Tras 50 días expuesta a un derrame de hidrocarburos que causó la muerte de especies nativas y animales domésticos, además de la intoxicación de personas derivada de exponerse a la contaminación de pozos y parcelas, la comunidad indígena totonaca de Ojital Viejo en Papantla, Veracruz, denunció a organizaciones no gubernamentales que hay un derrame de hidrocarburos de Pemex en la zona.
Así lo informó Greenpeace y la Alianza Mexicana Contra el Fracking a quienes las comunidades les informaron que, desde el inicio del derrame, el pasado 21 de agosto, pese al conocimiento de las autoridades, ha habido omisión, actos negligentes y discriminación para atender la expansión de combustible que ya contaminó 12 kilómetros del arroyo del Río Cazones.
Asimismo, acentuaron que, además de haber causado la muerte de especies nativas y animales domésticos, pozos artesanales y parcelas de cultivo, el derrame de hidrocarburos ha puesto en peligro la salud e integridad de poblaciones vecinas a los municipios de Papantla y Coatzintla.
“En un recorrido realizado por la Alianza Mexicana contra el Fracking los pasados 28 y 29 de septiembre se obtuvieron evidencias de que el derrame sigue sin ser atendido debidamente. Una cuadrilla de ocho empleados de Pemex, sin equipo de seguridad y con herramientas rudimentarias, se limita a remover el suelo contaminado y a colocarlo a un costado del arroyo, sin ninguna medida de seguridad que proteja el suelo ni los cuerpos de agua, empeorando la situación con las lluvias que nuevamente se presentaron el día 1 de octubre.
“Los habitantes de Ojital Viejo, Papantla y de El Chote, Coatzintla, refieren trato despótico y discriminatorio, así como la negligencia por parte de Pemex y de otras instancias responsables de atender el desastre, el cual inició el 21 de agosto y hasta hoy no se han acercado autoridades para atender la fauna y flora endémica afectada, ni la salud de los habitantes.
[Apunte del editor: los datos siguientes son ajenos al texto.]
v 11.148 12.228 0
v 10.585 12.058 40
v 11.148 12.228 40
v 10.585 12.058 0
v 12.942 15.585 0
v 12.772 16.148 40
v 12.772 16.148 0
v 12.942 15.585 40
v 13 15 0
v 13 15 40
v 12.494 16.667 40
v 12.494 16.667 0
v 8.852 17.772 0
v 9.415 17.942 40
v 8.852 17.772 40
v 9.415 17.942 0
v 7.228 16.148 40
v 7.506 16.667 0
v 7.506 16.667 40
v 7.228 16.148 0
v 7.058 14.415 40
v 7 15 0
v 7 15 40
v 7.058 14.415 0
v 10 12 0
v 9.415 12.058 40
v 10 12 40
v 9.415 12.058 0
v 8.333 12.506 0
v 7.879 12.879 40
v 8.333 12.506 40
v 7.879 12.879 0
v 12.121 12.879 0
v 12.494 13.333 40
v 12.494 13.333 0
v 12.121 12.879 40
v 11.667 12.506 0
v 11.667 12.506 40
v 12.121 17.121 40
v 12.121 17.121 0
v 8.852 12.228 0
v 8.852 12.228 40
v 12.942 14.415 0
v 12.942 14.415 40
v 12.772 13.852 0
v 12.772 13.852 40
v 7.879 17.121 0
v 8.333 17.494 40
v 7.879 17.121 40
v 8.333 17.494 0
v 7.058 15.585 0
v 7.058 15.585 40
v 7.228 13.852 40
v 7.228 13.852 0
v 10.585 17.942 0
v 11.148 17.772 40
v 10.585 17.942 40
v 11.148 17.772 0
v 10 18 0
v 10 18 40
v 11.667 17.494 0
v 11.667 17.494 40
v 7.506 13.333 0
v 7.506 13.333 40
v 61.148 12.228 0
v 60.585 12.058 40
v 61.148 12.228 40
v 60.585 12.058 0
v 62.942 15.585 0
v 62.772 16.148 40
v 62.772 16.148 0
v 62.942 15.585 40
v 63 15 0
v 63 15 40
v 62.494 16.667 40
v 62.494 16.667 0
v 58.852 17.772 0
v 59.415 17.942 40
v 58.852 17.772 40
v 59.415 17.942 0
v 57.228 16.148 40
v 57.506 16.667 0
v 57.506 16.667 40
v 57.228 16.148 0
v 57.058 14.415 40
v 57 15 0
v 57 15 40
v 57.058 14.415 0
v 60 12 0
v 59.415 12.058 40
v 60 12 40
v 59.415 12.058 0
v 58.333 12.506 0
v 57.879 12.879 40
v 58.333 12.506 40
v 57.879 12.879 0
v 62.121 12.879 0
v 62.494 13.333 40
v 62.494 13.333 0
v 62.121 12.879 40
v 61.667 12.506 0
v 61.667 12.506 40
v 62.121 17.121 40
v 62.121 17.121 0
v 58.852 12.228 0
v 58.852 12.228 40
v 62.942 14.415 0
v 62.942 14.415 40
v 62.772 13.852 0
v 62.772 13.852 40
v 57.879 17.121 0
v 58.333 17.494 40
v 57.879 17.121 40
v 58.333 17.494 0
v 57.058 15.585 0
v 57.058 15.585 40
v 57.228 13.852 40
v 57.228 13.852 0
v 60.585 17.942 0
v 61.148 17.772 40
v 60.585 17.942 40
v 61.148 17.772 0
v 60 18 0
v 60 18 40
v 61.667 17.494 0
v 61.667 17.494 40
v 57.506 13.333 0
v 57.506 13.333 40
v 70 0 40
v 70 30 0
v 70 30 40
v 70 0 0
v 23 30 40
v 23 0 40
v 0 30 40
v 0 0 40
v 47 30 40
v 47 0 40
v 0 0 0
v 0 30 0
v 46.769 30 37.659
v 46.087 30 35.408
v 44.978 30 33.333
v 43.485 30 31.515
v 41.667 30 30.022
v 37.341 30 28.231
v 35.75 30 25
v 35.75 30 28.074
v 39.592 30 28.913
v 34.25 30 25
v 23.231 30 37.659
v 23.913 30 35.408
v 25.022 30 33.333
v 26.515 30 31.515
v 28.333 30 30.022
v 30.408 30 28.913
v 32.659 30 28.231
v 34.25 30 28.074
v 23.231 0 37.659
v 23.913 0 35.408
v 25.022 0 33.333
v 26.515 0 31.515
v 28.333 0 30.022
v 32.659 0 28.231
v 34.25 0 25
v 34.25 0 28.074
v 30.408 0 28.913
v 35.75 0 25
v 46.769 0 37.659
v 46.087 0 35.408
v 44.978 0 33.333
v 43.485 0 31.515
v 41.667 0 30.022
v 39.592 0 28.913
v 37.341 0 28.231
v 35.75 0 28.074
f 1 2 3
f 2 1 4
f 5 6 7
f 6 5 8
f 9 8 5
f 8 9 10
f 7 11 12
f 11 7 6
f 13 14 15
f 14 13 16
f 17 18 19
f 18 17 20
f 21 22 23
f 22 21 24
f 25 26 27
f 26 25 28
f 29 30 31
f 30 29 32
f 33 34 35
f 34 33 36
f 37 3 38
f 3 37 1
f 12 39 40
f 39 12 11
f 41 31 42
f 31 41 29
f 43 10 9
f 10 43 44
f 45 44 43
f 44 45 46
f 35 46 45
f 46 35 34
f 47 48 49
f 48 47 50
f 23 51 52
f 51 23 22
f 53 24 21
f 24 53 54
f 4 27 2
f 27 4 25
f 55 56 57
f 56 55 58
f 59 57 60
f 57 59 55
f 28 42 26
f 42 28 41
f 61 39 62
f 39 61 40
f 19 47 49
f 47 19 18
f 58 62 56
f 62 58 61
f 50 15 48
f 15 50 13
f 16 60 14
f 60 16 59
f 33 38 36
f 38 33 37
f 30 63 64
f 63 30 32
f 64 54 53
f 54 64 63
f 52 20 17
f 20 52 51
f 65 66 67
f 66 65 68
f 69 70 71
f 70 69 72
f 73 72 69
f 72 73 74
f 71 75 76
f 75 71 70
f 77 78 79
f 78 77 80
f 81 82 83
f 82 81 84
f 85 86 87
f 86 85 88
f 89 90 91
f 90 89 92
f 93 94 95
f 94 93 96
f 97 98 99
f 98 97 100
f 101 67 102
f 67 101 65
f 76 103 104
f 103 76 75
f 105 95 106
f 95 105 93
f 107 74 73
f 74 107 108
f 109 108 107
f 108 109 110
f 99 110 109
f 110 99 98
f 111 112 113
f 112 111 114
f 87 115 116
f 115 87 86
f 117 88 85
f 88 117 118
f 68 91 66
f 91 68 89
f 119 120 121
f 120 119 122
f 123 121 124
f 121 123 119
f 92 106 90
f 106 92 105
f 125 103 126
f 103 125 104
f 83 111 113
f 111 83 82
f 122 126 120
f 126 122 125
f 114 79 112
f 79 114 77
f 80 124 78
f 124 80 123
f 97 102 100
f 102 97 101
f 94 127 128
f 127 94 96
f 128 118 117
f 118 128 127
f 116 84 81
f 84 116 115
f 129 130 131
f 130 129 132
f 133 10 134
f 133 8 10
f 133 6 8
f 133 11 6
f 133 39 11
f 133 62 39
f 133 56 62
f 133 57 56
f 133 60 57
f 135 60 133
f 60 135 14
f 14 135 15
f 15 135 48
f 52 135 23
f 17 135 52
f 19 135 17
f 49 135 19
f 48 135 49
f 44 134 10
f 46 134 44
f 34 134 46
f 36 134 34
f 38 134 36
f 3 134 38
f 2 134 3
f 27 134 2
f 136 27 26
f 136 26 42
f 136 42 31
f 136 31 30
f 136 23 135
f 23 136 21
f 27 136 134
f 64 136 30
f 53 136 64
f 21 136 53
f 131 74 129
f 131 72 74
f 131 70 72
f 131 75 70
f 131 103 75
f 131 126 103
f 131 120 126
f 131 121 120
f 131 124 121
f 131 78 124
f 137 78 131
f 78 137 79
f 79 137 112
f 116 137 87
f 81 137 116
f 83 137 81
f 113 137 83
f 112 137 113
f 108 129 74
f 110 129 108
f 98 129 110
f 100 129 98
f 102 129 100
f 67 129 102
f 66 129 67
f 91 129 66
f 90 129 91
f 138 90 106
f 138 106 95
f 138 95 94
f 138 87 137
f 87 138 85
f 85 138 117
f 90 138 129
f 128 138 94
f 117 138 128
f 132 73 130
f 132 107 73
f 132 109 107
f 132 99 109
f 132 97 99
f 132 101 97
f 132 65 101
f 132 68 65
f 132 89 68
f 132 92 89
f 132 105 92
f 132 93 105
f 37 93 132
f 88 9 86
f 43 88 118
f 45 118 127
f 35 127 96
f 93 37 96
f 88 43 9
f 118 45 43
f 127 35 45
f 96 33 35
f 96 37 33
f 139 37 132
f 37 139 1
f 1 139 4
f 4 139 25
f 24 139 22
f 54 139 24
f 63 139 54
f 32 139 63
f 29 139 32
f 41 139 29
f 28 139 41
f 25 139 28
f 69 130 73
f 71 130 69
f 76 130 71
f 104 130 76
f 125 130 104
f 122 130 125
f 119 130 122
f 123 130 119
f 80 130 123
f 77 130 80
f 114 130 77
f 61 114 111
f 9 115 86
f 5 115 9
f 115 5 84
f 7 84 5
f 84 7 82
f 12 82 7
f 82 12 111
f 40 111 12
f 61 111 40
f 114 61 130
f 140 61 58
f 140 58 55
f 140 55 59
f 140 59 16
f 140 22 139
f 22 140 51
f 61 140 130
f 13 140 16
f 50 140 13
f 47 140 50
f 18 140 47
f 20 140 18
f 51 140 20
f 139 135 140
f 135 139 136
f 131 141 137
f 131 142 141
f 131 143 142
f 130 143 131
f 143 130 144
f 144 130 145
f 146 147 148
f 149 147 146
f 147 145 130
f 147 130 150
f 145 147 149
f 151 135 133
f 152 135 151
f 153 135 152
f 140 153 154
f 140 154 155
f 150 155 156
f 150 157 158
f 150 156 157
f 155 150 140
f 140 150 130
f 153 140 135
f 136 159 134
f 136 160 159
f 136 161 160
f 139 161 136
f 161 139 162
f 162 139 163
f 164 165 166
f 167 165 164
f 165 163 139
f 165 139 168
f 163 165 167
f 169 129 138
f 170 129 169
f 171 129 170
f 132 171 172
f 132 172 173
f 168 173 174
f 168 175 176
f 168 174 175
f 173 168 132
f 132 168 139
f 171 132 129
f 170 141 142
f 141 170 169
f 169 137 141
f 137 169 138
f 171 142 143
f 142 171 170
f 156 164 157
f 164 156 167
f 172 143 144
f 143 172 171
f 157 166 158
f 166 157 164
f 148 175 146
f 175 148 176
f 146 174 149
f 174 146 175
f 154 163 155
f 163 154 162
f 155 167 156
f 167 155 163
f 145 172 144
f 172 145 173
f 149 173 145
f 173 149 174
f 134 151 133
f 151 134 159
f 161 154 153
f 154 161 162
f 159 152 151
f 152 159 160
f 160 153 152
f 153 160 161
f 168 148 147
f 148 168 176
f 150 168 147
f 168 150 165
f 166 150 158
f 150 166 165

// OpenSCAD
$fn = 32;

// ----------------------------------------------------------------------
// Saddle clamp: split shaft clamp
// ----------------------------------------------------------------------

// --- parameters (mm) ---
blk_l = 70;               // block length, X
blk_w = 30;               // block width, Y
blk_h = 40;               // block height
clamp_r = 12;             // shaft groove radius
hole_r = 3;               // bolt hole radius
hole_m = 10;              // bolt hole margin from the ends
saw_w = 1.5;              // saw kerf width

saw_depth = clamp_r + 3;  // saw kerf depth

difference() {
  cube([blk_l, blk_w, blk_h]);
  translate([blk_l / 2, -1, blk_h])
    rotate([-90, 0, 0])
      cylinder(h = blk_w + 2, r = clamp_r);
  for (sx = [0, 1])
    translate([sx ? blk_l - hole_m : hole_m, blk_w / 2, -1])
      cylinder(r = hole_r, h = blk_h + 2);
  translate([blk_l / 2 - saw_w / 2, -1, blk_h - saw_depth])
    cube([saw_w, blk_w + 2, saw_depth + 1]);
}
Tampoco ha habido información oportuna sobre el alcance del derrame y las medidas para frenarlo y remediarlo”, se lee en el comunicado difundido por ONG en favor de la preservación del medio ambiente.
Frente a estos hechos, las comunidades indígenas se organizaron para exigir la debida atención y llamaron a la sociedad para sumarse al apoyo solidario de voluntarios que han realizado brigadas de atención a la fauna afectada.
El derrame fue localizado por la comunidad el día 21 de agosto, luego de identificar olor a azufre en la parte alta de la zona, lo cual alertó a los vecinos y autoridades comunitarias quienes se dieron a la tarea de buscar el punto de fuga identificado en uno de los dos oleoductos que, junto con dos gasoductos corren por la comunidad.